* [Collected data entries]

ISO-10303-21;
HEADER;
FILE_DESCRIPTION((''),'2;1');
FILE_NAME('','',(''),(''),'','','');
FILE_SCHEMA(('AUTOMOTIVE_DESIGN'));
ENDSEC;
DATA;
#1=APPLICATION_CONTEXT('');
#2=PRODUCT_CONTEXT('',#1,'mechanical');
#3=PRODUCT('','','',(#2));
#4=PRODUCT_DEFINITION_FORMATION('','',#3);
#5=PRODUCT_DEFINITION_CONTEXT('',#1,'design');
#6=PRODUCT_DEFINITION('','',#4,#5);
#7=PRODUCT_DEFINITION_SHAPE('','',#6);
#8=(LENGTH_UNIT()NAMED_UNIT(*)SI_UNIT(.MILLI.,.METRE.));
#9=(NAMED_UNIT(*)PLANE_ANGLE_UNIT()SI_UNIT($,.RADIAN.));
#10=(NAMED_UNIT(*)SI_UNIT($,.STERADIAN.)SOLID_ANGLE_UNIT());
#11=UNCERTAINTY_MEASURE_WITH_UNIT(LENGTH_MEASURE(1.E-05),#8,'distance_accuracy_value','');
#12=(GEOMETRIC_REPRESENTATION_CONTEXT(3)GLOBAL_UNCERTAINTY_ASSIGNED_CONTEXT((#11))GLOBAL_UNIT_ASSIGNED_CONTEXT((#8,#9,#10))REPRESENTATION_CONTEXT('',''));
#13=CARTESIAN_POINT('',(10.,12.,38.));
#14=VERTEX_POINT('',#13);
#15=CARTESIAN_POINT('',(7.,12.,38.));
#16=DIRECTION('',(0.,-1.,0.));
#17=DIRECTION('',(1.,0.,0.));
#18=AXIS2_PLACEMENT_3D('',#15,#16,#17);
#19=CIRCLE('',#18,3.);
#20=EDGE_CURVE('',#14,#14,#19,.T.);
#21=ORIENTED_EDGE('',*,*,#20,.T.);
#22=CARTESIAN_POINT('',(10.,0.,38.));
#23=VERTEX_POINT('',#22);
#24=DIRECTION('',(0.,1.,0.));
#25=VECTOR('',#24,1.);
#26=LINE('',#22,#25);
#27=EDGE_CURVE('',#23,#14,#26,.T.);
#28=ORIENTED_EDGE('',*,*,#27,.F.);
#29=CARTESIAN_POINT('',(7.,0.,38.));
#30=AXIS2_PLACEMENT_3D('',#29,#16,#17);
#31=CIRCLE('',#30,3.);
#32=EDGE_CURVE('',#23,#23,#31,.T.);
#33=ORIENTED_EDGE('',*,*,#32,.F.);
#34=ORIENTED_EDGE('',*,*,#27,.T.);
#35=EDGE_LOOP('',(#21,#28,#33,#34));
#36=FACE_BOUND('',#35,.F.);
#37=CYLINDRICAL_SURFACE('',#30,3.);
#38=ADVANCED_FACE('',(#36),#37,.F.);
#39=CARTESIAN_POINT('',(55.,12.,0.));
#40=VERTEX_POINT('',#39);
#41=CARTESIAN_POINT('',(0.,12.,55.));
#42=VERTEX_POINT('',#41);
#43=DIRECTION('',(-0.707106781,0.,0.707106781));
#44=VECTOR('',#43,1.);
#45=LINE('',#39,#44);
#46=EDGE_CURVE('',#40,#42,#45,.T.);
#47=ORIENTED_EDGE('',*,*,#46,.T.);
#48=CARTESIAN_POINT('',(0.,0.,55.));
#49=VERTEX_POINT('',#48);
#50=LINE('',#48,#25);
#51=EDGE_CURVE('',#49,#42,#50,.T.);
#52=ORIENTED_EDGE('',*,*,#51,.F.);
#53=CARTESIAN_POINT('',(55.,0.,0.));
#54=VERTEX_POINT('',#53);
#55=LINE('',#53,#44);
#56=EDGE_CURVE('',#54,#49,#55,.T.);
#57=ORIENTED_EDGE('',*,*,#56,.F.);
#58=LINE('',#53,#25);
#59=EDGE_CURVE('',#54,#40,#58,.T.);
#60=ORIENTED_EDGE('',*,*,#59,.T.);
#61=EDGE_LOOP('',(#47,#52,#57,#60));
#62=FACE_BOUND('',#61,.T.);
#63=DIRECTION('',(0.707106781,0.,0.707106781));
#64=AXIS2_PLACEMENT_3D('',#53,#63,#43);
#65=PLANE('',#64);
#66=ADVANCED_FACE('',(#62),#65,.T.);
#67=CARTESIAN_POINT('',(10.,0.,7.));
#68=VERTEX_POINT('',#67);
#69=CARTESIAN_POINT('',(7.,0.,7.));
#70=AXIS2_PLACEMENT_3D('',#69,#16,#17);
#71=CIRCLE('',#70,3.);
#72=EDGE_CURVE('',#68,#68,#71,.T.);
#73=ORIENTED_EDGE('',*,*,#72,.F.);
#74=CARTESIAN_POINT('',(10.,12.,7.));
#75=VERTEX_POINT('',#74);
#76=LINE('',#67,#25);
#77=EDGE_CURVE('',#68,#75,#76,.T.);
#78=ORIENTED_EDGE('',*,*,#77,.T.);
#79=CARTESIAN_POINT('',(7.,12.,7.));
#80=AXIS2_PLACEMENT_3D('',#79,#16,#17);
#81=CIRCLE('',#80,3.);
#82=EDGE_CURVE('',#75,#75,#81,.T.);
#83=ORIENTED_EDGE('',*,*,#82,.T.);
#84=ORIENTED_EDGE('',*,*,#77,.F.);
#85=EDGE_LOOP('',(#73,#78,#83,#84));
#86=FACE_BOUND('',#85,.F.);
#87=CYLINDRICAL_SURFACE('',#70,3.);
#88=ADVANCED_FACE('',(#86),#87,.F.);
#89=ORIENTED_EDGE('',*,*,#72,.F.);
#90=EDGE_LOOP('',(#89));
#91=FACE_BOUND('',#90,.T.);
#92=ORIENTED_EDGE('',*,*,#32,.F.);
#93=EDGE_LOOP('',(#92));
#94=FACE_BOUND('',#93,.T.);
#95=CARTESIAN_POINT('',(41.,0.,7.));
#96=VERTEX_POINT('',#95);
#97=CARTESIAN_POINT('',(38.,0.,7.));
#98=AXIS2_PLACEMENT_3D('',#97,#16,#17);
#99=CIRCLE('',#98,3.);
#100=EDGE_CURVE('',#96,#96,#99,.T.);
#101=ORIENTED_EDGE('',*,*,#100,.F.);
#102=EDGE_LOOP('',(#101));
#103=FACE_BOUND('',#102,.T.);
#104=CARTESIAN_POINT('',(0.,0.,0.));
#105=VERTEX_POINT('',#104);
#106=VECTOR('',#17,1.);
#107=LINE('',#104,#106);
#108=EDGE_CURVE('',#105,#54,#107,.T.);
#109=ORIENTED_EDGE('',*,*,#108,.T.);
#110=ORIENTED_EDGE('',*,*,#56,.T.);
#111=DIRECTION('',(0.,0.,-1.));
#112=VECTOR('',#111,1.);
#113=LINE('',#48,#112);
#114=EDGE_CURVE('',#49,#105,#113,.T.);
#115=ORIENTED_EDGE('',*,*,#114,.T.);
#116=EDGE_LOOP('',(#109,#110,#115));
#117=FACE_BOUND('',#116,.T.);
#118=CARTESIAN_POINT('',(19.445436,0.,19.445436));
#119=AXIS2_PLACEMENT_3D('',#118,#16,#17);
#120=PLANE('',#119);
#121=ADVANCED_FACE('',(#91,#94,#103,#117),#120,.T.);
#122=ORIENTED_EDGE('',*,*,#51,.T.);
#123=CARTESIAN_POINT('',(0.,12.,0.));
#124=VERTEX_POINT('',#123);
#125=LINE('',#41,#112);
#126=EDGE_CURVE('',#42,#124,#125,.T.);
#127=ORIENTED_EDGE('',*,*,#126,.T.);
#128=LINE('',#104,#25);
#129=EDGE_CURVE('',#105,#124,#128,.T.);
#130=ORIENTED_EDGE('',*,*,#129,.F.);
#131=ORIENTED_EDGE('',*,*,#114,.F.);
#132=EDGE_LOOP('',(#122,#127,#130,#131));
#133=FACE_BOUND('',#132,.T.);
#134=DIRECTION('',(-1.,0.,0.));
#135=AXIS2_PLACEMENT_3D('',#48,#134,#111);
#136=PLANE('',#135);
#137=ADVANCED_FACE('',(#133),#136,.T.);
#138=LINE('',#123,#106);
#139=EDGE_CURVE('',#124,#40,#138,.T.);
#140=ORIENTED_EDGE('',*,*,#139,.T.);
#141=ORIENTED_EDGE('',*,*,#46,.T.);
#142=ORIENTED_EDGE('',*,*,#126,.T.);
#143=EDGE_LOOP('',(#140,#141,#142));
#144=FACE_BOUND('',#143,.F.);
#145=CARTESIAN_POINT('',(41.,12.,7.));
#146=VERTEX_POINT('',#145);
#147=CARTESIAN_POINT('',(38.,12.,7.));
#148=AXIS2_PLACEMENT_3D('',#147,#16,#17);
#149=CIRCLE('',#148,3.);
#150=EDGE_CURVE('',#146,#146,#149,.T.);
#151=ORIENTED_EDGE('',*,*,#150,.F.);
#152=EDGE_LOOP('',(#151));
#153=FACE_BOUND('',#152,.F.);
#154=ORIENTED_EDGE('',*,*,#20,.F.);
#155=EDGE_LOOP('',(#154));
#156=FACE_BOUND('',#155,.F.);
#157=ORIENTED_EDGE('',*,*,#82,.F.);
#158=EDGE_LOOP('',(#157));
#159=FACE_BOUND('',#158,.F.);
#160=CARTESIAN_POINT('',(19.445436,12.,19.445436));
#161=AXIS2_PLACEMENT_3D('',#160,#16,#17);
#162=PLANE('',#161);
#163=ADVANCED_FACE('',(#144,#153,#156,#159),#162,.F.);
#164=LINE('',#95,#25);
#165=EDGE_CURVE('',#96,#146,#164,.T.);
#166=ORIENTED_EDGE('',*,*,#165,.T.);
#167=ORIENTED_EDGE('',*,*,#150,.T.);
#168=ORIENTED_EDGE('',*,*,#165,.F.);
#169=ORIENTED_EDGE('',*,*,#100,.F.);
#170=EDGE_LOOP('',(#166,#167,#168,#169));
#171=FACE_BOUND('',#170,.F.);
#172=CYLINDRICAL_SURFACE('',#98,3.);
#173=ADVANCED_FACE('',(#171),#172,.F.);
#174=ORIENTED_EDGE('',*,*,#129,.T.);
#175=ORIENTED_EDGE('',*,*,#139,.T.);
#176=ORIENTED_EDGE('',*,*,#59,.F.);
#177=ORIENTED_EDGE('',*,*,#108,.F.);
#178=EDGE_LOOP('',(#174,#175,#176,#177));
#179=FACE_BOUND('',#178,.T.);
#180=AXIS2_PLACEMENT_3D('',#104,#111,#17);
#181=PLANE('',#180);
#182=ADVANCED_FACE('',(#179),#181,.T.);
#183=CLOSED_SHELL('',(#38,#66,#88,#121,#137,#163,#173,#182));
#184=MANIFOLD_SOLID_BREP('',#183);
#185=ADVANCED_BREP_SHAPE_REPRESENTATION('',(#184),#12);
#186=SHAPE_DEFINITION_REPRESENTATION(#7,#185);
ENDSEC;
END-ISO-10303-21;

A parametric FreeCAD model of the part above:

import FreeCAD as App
import Part
import Sketcher
Q = App.Units.Quantity


def add_polygon(sketch, points):
    """Adds a closed chain of lines whose ends are joined by coincident constraints."""
    first, n = sketch.GeometryCount, len(points)
    for a, b in zip(points, points[1:] + points[:1]):
        sketch.addGeometry(Part.LineSegment(App.Vector(*a, 0), App.Vector(*b, 0)), False)
    for i in range(n):
        sketch.addConstraint(Sketcher.Constraint("Coincident", first + i, 2, first + (i + 1) % n, 1))

doc = App.newDocument("Part")
params = doc.addObject("Spreadsheet::Sheet", "Params")
for row, (alias, value) in enumerate([
    ("sketch1_diameter", "6 mm"),
    ("sketch1_width", "55 mm"),
    ("pad1_length", "12 mm"),
], start=1):
    params.set(f"A{row}", alias)
    params.set(f"B{row}", "=" + value)
    params.setAlias(f"B{row}", alias)

body = doc.addObject("PartDesign::Body", "Body")

# Sketch on XZ plane
sketch1 = body.newObject("Sketcher::SketchObject", "Sketch")
sketch1.AttachmentSupport = (doc.getObject("XZ_Plane"), [""])
sketch1.MapMode = "FlatFace"
add_polygon(sketch1, [(0, 55), (0, 0), (55, 0)])  # lines 0-2
sketch1.addGeometry(Part.Circle(App.Vector(7, 7, 0), App.Vector(0, 0, 1), 3), False)  # 3
sketch1.addGeometry(Part.Circle(App.Vector(38, 7, 0), App.Vector(0, 0, 1), 3), False)  # 4
sketch1.addGeometry(Part.Circle(App.Vector(7, 38, 0), App.Vector(0, 0, 1), 3), False)  # 5
sketch1.addConstraint(Sketcher.Constraint("Vertical", 0))
sketch1.addConstraint(Sketcher.Constraint("Horizontal", 1))
sketch1.addConstraint(Sketcher.Constraint("Coincident", 0, 2, -1, 1))
sketch1.addConstraint(Sketcher.Constraint("Equal", 3, 4))
sketch1.addConstraint(Sketcher.Constraint("Equal", 4, 5))
sketch1.addConstraint(Sketcher.Constraint("Horizontal", 3, 3, 4, 3))
sketch1.addConstraint(Sketcher.Constraint("Vertical", 3, 3, 5, 3))
sketch1.addConstraint(Sketcher.Constraint("Equal", 1, 0))
sketch1.addConstraint(Sketcher.Constraint("Diameter", 3, Q("6 mm")))
sketch1.addConstraint(Sketcher.Constraint("DistanceX", 1, 1, 1, 2, Q("55 mm")))
sketch1.addConstraint(Sketcher.Constraint("DistanceX", -1, 1, 3, 3, Q("7 mm")))
sketch1.addConstraint(Sketcher.Constraint("DistanceY", -1, 1, 3, 3, Q("7 mm")))
sketch1.addConstraint(Sketcher.Constraint("DistanceX", -1, 1, 4, 3, Q("38 mm")))
sketch1.addConstraint(Sketcher.Constraint("DistanceY", -1, 1, 5, 3, Q("38 mm")))
sketch1.setExpression("Constraints[11]", "Params.sketch1_diameter")
sketch1.setExpression("Constraints[12]", "Params.sketch1_width")
pad1 = body.newObject("PartDesign::Pad", "Pad")
pad1.Profile = sketch1
pad1.setExpression("Length", "Params.pad1_length")
pad1.Reversed = True

doc.recompute()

* [TASK DESCRIPTION] Would you print, exactly as written, every line above from the one holding "#71=CIRCLE('',#70,3.);" through the one holding "#79=CARTESIAN_POINT('',(7.,12.,7.));", with both included and no other lines?

* [SOLUTION TO THIS TASK]
#71=CIRCLE('',#70,3.);
#72=EDGE_CURVE('',#68,#68,#71,.T.);
#73=ORIENTED_EDGE('',*,*,#72,.F.);
#74=CARTESIAN_POINT('',(10.,12.,7.));
#75=VERTEX_POINT('',#74);
#76=LINE('',#67,#25);
#77=EDGE_CURVE('',#68,#75,#76,.T.);
#78=ORIENTED_EDGE('',*,*,#77,.T.);
#79=CARTESIAN_POINT('',(7.,12.,7.));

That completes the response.